WHAT YOU NEED TO DO. The expected answer is the set of lines in the data below between the line holding "#17=DIRECTION('',(0.,1.,0.));" and the line holding "#34=LINE('',#29,#25);", inclusive, written out exactly.
>>>
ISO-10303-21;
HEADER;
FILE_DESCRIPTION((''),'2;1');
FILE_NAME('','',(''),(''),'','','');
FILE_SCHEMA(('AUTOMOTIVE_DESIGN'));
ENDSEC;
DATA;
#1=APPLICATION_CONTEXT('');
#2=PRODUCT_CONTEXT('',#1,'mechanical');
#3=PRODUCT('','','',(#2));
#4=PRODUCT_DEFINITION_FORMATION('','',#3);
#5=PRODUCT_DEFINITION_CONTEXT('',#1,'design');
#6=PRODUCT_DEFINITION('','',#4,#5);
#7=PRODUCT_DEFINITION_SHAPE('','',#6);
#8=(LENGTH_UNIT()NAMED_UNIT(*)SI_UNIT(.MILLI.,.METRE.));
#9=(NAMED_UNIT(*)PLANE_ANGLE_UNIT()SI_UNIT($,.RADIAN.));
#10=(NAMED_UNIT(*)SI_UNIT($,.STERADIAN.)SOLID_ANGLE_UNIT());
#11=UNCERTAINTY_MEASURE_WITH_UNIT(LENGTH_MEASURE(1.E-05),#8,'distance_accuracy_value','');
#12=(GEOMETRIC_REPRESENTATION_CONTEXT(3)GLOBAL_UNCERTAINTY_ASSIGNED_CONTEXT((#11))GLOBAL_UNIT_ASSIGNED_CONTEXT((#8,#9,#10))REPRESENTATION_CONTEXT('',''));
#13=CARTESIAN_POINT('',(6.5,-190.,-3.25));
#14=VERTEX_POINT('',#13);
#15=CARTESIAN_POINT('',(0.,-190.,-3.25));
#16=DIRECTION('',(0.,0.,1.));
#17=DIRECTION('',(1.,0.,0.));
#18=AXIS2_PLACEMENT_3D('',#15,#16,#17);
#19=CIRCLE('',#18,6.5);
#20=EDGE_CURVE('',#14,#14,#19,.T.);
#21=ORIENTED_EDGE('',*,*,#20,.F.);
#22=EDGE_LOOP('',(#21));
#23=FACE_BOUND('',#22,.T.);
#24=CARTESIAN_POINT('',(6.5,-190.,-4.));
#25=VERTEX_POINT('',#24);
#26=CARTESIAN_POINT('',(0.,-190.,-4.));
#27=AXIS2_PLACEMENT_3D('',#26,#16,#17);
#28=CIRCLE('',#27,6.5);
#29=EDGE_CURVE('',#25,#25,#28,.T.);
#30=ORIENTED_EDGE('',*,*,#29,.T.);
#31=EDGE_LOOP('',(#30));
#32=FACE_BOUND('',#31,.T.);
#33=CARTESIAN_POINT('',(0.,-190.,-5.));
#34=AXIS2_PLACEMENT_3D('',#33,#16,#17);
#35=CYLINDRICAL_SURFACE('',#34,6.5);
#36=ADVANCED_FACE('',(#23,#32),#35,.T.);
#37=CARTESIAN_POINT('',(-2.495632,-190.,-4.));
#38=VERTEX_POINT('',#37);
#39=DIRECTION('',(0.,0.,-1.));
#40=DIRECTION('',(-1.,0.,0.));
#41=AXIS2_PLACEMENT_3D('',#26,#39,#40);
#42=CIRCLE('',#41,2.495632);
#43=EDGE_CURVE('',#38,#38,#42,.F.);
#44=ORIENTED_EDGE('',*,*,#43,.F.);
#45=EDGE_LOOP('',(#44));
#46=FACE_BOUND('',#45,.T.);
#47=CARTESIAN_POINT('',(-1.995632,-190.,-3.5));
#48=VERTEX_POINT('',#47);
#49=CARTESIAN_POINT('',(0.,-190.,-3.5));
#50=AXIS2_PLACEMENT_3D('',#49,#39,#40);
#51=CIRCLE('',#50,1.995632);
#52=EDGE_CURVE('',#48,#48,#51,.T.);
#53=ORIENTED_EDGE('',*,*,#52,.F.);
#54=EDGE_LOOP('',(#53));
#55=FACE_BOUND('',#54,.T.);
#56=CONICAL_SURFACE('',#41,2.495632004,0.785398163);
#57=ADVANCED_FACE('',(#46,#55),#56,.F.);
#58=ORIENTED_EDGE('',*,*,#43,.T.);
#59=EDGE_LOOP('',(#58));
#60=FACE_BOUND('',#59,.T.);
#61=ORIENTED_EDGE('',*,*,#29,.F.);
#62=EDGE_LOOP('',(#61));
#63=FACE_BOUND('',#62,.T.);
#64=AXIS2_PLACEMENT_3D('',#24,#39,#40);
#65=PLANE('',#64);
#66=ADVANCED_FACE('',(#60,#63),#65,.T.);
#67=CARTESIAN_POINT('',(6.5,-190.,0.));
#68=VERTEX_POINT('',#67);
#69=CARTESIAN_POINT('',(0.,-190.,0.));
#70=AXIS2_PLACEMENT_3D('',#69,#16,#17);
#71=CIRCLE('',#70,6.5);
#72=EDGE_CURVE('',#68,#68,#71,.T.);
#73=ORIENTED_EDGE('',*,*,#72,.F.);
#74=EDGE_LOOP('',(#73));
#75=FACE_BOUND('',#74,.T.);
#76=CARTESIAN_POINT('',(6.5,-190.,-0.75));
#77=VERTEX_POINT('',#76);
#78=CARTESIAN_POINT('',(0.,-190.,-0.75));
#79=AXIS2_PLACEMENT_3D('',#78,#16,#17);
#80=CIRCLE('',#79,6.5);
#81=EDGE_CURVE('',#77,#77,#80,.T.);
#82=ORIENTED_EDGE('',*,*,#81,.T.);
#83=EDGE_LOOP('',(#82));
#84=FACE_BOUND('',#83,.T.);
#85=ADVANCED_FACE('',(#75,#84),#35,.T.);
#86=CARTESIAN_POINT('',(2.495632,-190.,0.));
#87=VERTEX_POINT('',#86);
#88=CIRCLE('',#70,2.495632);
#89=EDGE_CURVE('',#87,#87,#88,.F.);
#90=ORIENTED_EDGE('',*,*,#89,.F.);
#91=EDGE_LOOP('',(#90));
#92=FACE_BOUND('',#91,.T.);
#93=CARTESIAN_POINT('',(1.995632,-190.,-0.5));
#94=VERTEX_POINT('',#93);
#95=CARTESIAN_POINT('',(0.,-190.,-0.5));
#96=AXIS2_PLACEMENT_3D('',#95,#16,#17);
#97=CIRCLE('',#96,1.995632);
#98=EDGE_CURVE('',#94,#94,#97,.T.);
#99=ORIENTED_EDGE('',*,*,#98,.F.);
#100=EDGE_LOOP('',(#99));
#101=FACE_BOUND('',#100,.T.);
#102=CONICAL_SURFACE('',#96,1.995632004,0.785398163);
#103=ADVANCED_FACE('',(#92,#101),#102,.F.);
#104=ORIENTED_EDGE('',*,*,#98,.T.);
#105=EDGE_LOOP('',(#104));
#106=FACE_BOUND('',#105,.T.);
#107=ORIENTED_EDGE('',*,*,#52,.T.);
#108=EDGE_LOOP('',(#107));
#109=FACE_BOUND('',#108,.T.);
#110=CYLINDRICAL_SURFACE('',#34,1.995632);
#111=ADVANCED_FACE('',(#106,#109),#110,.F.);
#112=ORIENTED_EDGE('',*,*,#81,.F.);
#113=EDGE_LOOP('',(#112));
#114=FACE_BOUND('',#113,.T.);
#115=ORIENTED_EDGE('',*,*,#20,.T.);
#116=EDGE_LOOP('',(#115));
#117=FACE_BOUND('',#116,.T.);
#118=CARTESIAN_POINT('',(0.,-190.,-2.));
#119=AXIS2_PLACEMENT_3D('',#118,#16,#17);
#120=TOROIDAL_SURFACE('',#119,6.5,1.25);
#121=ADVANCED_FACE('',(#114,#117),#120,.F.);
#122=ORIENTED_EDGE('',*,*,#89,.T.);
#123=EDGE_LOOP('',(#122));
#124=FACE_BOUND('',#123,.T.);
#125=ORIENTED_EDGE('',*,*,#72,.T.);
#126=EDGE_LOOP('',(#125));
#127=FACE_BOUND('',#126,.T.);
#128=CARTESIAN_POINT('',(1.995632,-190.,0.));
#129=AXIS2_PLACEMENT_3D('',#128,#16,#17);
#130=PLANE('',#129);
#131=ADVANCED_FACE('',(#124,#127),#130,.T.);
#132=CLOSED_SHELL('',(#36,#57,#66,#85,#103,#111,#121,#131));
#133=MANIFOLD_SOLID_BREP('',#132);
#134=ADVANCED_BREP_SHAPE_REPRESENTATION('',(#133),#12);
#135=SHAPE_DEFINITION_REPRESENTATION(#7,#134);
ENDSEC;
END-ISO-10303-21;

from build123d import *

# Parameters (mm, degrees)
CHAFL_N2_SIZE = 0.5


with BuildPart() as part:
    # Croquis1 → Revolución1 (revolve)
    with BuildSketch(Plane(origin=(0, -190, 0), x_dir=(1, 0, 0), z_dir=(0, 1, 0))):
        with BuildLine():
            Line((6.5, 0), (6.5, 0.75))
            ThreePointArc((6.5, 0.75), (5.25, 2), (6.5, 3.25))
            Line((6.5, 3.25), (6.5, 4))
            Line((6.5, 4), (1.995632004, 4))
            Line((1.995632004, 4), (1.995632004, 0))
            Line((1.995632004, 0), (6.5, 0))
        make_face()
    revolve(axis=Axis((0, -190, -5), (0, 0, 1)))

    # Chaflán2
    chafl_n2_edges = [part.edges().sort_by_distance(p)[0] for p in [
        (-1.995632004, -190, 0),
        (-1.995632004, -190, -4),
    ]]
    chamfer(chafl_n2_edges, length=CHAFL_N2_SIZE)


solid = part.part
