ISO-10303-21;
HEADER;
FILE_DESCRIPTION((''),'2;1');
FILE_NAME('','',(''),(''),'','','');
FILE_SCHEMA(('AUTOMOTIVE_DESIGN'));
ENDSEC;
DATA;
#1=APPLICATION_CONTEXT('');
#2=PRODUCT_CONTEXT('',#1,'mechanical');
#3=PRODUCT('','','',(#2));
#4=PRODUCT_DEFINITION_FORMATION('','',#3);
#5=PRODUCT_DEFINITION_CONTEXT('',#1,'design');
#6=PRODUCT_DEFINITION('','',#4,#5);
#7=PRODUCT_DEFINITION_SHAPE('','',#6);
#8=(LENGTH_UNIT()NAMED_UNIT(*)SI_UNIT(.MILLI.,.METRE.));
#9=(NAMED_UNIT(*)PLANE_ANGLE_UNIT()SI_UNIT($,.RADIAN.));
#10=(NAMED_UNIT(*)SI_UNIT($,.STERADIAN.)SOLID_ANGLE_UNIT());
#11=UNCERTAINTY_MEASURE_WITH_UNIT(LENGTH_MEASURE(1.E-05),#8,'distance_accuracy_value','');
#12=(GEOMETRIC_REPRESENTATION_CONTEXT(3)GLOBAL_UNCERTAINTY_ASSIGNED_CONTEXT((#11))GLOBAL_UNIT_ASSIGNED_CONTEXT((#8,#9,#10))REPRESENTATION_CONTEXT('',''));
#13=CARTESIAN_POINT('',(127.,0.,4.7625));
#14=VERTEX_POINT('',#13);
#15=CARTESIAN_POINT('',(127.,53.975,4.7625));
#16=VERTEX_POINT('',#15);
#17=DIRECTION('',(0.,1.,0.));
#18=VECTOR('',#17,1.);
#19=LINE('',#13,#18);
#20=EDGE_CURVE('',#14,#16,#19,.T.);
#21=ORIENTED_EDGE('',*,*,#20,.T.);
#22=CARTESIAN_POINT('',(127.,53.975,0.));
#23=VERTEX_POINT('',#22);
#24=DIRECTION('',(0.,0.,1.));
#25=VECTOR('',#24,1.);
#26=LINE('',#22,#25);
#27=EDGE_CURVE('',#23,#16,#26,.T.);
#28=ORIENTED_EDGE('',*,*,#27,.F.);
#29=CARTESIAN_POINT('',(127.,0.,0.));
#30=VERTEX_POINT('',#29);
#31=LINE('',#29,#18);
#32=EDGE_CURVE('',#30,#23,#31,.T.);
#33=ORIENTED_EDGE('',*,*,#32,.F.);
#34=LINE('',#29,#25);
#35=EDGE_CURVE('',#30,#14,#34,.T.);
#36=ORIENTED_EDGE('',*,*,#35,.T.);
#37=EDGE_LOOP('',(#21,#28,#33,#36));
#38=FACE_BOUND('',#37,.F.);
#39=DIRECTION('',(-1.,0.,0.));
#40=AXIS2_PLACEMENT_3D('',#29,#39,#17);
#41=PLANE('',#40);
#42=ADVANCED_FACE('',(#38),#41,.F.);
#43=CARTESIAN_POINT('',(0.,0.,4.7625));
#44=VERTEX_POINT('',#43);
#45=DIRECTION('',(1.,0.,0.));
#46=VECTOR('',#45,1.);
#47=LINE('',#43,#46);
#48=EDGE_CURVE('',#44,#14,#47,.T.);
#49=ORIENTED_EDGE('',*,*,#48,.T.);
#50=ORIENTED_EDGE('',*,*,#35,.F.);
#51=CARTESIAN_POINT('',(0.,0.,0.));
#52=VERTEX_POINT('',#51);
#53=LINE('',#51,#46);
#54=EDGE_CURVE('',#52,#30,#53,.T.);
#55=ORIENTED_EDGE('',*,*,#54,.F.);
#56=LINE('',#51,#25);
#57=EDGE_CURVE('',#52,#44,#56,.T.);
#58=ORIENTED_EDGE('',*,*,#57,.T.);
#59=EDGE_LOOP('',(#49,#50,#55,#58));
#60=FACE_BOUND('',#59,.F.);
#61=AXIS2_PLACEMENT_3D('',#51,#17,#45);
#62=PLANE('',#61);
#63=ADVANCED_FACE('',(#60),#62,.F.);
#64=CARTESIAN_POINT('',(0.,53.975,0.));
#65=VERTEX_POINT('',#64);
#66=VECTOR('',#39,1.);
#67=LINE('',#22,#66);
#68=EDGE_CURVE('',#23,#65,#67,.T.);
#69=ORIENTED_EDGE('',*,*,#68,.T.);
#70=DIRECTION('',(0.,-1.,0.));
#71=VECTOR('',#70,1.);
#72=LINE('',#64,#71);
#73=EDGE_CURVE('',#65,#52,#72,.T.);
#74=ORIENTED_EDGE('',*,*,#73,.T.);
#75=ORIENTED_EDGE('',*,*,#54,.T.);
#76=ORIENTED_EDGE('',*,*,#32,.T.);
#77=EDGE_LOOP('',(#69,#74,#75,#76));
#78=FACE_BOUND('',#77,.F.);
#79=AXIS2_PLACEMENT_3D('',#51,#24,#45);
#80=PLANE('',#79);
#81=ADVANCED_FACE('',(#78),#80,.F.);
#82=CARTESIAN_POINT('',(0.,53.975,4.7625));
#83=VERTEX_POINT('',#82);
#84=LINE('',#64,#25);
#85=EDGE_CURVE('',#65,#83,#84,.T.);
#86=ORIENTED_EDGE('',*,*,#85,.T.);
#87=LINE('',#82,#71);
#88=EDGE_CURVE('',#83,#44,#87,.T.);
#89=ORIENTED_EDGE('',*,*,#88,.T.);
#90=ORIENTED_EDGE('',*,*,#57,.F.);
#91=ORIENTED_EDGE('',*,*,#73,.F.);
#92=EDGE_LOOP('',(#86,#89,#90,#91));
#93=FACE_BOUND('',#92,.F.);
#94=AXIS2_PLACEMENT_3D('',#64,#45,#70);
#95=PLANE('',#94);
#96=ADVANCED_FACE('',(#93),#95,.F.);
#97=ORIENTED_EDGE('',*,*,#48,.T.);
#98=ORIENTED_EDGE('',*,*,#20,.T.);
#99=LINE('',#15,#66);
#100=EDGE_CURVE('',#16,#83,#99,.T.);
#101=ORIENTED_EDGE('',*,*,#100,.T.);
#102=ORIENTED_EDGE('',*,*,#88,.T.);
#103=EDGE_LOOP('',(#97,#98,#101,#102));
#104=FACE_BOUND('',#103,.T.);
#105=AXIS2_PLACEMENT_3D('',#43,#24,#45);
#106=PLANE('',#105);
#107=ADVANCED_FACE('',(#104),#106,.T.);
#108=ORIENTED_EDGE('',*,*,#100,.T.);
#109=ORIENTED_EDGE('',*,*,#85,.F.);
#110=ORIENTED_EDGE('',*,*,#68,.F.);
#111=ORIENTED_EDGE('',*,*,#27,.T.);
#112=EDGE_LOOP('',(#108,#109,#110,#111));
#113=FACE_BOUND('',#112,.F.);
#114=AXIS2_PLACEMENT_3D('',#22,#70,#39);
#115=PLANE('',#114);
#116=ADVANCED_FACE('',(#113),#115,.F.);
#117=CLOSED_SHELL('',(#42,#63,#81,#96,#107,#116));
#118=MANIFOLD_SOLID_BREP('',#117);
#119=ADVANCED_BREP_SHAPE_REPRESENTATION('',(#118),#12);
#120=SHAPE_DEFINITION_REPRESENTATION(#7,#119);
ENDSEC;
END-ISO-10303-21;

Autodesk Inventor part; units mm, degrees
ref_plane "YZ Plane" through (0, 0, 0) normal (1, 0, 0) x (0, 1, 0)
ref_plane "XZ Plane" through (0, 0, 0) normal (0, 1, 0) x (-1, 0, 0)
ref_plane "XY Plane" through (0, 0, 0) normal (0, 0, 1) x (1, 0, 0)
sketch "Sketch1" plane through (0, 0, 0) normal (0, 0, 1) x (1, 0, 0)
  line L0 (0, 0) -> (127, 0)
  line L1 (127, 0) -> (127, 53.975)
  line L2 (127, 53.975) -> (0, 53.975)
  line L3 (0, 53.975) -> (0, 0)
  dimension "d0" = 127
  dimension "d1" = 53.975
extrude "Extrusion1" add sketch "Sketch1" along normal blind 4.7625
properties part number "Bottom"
<<<
ANSWER SECTION.
#17=DIRECTION('',(0.,1.,0.));
#18=VECTOR('',#17,1.);
#19=LINE('',#13,#18);
#20=EDGE_CURVE('',#14,#16,#19,.T.);
#21=ORIENTED_EDGE('',*,*,#20,.T.);
#22=CARTESIAN_POINT('',(127.,53.975,0.));
#23=VERTEX_POINT('',#22);
#24=DIRECTION('',(0.,0.,1.));
#25=VECTOR('',#24,1.);
#26=LINE('',#22,#25);
#27=EDGE_CURVE('',#23,#16,#26,.T.);
#28=ORIENTED_EDGE('',*,*,#27,.F.);
#29=CARTESIAN_POINT('',(127.,0.,0.));
#30=VERTEX_POINT('',#29);
#31=LINE('',#29,#18);
#32=EDGE_CURVE('',#30,#23,#31,.T.);
#33=ORIENTED_EDGE('',*,*,#32,.F.);
#34=LINE('',#29,#25);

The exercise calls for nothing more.